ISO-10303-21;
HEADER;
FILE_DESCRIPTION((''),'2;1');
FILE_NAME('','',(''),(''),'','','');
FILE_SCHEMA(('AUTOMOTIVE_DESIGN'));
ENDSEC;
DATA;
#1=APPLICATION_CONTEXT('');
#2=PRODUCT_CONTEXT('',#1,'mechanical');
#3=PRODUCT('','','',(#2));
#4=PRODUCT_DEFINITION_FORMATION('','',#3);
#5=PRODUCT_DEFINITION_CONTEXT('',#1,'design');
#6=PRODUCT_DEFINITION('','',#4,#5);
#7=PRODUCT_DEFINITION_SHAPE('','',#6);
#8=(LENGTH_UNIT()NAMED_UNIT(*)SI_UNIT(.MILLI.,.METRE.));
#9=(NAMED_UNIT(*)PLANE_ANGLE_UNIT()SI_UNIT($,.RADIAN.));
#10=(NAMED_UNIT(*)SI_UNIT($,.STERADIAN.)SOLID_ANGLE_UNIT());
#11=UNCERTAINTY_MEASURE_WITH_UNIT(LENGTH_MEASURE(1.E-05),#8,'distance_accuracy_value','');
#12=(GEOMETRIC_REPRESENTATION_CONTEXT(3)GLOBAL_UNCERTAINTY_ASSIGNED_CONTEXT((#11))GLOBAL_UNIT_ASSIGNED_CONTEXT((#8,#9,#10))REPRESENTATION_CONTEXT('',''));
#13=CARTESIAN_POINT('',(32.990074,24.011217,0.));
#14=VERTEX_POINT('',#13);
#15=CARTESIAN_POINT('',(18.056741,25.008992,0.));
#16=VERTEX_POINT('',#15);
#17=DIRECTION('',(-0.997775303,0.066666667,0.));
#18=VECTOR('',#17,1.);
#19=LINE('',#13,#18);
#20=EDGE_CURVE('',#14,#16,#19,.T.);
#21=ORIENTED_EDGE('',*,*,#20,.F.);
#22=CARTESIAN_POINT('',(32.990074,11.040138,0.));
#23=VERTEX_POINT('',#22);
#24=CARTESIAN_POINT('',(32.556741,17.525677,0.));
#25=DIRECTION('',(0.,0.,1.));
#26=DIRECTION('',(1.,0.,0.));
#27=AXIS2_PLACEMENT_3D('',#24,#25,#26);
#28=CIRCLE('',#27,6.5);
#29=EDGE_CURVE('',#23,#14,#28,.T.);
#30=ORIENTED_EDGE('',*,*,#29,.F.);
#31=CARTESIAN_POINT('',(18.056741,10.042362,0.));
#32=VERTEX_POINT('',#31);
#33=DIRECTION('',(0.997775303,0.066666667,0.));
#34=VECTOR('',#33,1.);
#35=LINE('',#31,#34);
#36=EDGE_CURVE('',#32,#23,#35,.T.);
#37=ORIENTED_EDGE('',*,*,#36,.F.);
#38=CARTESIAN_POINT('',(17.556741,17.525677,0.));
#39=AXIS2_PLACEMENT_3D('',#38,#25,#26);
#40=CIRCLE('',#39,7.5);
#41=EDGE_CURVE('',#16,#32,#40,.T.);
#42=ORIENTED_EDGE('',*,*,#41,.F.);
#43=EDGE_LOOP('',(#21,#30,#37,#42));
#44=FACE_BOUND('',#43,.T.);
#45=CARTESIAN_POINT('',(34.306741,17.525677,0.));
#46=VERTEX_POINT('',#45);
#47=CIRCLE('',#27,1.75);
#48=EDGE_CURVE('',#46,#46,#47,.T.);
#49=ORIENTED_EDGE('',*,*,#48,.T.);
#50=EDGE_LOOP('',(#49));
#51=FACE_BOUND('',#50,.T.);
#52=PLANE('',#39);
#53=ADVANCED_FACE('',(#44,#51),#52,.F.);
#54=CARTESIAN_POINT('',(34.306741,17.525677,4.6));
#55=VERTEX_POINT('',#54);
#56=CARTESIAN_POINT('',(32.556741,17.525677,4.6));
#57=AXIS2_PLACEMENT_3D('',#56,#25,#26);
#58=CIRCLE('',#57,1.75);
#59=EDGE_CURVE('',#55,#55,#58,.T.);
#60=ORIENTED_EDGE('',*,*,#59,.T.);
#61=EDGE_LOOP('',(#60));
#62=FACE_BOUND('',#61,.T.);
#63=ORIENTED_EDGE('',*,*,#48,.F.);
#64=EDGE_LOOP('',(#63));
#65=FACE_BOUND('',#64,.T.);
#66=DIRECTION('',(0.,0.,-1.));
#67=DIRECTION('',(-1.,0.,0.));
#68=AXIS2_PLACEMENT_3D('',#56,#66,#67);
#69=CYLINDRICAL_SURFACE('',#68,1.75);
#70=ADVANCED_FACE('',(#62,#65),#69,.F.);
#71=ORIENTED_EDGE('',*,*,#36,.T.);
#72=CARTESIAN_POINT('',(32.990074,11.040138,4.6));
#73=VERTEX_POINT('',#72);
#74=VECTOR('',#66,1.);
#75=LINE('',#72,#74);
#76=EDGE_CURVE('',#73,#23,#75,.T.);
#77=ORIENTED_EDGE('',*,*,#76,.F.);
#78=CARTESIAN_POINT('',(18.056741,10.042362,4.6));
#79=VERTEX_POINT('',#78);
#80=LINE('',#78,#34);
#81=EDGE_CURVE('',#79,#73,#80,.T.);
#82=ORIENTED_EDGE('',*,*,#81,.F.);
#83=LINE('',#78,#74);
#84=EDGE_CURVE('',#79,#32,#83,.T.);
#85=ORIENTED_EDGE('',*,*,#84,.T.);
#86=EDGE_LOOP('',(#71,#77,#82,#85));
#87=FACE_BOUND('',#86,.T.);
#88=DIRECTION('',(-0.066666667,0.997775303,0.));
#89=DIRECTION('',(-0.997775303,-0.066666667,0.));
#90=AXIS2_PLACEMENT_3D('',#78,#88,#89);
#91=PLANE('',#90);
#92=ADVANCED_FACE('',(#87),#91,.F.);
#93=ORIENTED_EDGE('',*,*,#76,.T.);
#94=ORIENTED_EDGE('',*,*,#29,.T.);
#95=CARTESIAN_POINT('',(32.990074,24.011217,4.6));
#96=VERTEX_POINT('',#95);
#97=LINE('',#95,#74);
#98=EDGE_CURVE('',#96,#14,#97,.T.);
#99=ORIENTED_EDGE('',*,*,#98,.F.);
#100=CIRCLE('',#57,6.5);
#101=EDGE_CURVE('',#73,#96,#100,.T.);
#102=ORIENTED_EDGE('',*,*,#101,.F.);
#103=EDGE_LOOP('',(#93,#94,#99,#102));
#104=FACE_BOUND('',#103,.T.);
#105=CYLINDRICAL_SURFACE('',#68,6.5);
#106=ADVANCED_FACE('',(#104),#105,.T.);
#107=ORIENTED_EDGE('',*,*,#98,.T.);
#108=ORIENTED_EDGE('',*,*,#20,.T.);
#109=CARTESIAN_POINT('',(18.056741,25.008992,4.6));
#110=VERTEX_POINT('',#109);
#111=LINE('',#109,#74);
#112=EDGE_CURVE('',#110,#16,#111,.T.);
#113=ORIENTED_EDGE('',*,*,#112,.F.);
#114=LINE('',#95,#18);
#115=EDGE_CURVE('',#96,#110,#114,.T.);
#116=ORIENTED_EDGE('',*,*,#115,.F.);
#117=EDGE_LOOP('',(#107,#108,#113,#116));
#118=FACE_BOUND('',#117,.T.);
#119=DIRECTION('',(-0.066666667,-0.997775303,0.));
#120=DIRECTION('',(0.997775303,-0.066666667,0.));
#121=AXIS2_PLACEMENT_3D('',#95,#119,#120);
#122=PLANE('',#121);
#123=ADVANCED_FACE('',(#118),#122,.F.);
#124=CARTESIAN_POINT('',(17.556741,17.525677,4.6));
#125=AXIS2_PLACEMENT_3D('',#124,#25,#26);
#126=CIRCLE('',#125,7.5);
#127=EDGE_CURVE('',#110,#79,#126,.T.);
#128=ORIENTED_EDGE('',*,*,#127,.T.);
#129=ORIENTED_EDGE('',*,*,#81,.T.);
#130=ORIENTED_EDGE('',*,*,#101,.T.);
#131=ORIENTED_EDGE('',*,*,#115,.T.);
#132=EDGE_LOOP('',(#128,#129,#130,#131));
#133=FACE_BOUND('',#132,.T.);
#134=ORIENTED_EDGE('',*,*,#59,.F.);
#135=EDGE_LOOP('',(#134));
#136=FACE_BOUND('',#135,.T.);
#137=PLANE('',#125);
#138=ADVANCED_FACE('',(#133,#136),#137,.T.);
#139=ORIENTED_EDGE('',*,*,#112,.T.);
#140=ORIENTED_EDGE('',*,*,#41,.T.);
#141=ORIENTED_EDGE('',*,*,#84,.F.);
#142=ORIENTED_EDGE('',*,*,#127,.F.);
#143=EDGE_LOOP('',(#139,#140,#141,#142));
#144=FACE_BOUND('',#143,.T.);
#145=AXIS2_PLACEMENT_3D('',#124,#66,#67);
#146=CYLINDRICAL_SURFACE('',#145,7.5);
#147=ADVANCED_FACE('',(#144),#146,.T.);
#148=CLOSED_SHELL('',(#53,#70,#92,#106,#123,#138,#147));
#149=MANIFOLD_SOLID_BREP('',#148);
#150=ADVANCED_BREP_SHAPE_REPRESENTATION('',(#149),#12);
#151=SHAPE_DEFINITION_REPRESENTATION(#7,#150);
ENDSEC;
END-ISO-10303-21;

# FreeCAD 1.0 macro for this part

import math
import FreeCAD as App
import Part
import Sketcher
from FreeCAD import Vector

doc = App.newDocument("Part")
body = doc.addObject("PartDesign::Body", "Body")

# Sketch on XY plane
sketch1 = body.newObject("Sketcher::SketchObject", "Sketch")
sketch1.AttachmentSupport = (doc.getObject("XY_Plane"), [""])
sketch1.MapMode = "FlatFace"
sketch1.addGeometry(Part.LineSegment(Vector(18.1, 10, 0), Vector(33, 11, 0)), False)
sketch1.addGeometry(Part.ArcOfCircle(Part.Circle(Vector(32.6, 17.5, 0), Vector(0, 0, 1), 6.5), math.radians(-86), math.radians(86)), False)
sketch1.addGeometry(Part.LineSegment(Vector(33, 24, 0), Vector(18.1, 25, 0)), False)
sketch1.addGeometry(Part.ArcOfCircle(Part.Circle(Vector(17.6, 17.5, 0), Vector(0, 0, 1), 7.5), math.radians(86), math.radians(274)), False)
sketch1.addGeometry(Part.Circle(Vector(32.6, 17.5, 0), Vector(0, 0, 1), 1.8), False)
sketch1.addConstraint(Sketcher.Constraint("Tangent", 0, 2, 1, 1))
sketch1.addConstraint(Sketcher.Constraint("Tangent", 1, 2, 2, 1))
sketch1.addConstraint(Sketcher.Constraint("Tangent", 2, 2, 3, 1))
sketch1.addConstraint(Sketcher.Constraint("Tangent", 3, 2, 0, 1))
sketch1.addConstraint(Sketcher.Constraint("Coincident", 4, 3, 1, 3))
sketch1.addConstraint(Sketcher.Constraint("Horizontal", 1, 3, 3, 3))
sketch1.addConstraint(Sketcher.Constraint("Diameter", 4, 3.5))
sketch1.addConstraint(Sketcher.Constraint("Radius", 1, 6.5))
sketch1.addConstraint(Sketcher.Constraint("Radius", 3, 7.5))
sketch1.addConstraint(Sketcher.Constraint("DistanceX", 3, 3, 1, 3, 15.0))
sketch1.addConstraint(Sketcher.Constraint("DistanceX", -1, 1, 1, 3, 32.556741))
sketch1.addConstraint(Sketcher.Constraint("DistanceY", -1, 1, 1, 3, 17.525677))
pad1 = body.newObject("PartDesign::Pad", "Pad")
pad1.Profile = sketch1
pad1.Length = 4.6

doc.recompute()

About this exercise: Using the entries above, give back exactly the line containing "#20=EDGE_CURVE('',#14,#16,#19,.T.);", the line containing "#56=CARTESIAN_POINT('',(32.556741,17.525677,4.6));", and every line between them, and nothing else.

Reply:
#20=EDGE_CURVE('',#14,#16,#19,.T.);
#21=ORIENTED_EDGE('',*,*,#20,.F.);
#22=CARTESIAN_POINT('',(32.990074,11.040138,0.));
#23=VERTEX_POINT('',#22);
#24=CARTESIAN_POINT('',(32.556741,17.525677,0.));
#25=DIRECTION('',(0.,0.,1.));
#26=DIRECTION('',(1.,0.,0.));
#27=AXIS2_PLACEMENT_3D('',#24,#25,#26);
#28=CIRCLE('',#27,6.5);
#29=EDGE_CURVE('',#23,#14,#28,.T.);
#30=ORIENTED_EDGE('',*,*,#29,.F.);
#31=CARTESIAN_POINT('',(18.056741,10.042362,0.));
#32=VERTEX_POINT('',#31);
#33=DIRECTION('',(0.997775303,0.066666667,0.));
#34=VECTOR('',#33,1.);
#35=LINE('',#31,#34);
#36=EDGE_CURVE('',#32,#23,#35,.T.);
#37=ORIENTED_EDGE('',*,*,#36,.F.);
#38=CARTESIAN_POINT('',(17.556741,17.525677,0.));
#39=AXIS2_PLACEMENT_3D('',#38,#25,#26);
#40=CIRCLE('',#39,7.5);
#41=EDGE_CURVE('',#16,#32,#40,.T.);
#42=ORIENTED_EDGE('',*,*,#41,.F.);
#43=EDGE_LOOP('',(#21,#30,#37,#42));
#44=FACE_BOUND('',#43,.T.);
#45=CARTESIAN_POINT('',(34.306741,17.525677,0.));
#46=VERTEX_POINT('',#45);
#47=CIRCLE('',#27,1.75);
#48=EDGE_CURVE('',#46,#46,#47,.T.);
#49=ORIENTED_EDGE('',*,*,#48,.T.);
#50=EDGE_LOOP('',(#49));
#51=FACE_BOUND('',#50,.T.);
#52=PLANE('',#39);
#53=ADVANCED_FACE('',(#44,#51),#52,.F.);
#54=CARTESIAN_POINT('',(34.306741,17.525677,4.6));
#55=VERTEX_POINT('',#54);
#56=CARTESIAN_POINT('',(32.556741,17.525677,4.6));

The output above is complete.